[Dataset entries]

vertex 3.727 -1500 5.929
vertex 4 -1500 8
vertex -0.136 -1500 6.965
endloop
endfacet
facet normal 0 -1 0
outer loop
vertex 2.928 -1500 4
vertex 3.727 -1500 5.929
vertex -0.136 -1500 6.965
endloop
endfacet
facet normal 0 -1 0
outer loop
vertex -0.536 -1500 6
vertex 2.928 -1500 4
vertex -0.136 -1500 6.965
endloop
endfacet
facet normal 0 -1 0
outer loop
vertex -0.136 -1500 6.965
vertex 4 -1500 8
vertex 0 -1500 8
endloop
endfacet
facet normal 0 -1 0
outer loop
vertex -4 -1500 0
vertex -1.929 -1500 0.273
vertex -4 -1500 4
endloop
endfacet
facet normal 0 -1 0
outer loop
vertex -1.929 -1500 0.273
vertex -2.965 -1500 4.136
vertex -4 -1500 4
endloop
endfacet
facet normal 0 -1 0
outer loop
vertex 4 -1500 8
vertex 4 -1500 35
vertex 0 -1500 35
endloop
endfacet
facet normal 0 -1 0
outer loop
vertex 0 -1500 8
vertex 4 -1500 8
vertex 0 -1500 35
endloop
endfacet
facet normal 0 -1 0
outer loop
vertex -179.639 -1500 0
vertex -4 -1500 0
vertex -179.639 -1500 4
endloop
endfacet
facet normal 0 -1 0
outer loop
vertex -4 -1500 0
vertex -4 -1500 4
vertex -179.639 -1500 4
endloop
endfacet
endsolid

ASSIGNMENT —
Extract each entry in full, exactly as given.

TASK ANSWER —
vertex 3.727 -1500 5.929
vertex 4 -1500 8
vertex -0.136 -1500 6.965
endloop
endfacet
facet normal 0 -1 0
outer loop
vertex 2.928 -1500 4
vertex 3.727 -1500 5.929
vertex -0.136 -1500 6.965
endloop
endfacet
facet normal 0 -1 0
outer loop
vertex -0.536 -1500 6
vertex 2.928 -1500 4
vertex -0.136 -1500 6.965
endloop
endfacet
facet normal 0 -1 0
outer loop
vertex -0.136 -1500 6.965
vertex 4 -1500 8
vertex 0 -1500 8
endloop
endfacet
facet normal 0 -1 0
outer loop
vertex -4 -1500 0
vertex -1.929 -1500 0.273
vertex -4 -1500 4
endloop
endfacet
facet normal 0 -1 0
outer loop
vertex -1.929 -1500 0.273
vertex -2.965 -1500 4.136
vertex -4 -1500 4
endloop
endfacet
facet normal 0 -1 0
outer loop
vertex 4 -1500 8
vertex 4 -1500 35
vertex 0 -1500 35
endloop
endfacet
facet normal 0 -1 0
outer loop
vertex 0 -1500 8
vertex 4 -1500 8
vertex 0 -1500 35
endloop
endfacet
facet normal 0 -1 0
outer loop
vertex -179.639 -1500 0
vertex -4 -1500 0
vertex -179.639 -1500 4
endloop
endfacet
facet normal 0 -1 0
outer loop
vertex -4 -1500 0
vertex -4 -1500 4
vertex -179.639 -1500 4
endloop
endfacet
endsolid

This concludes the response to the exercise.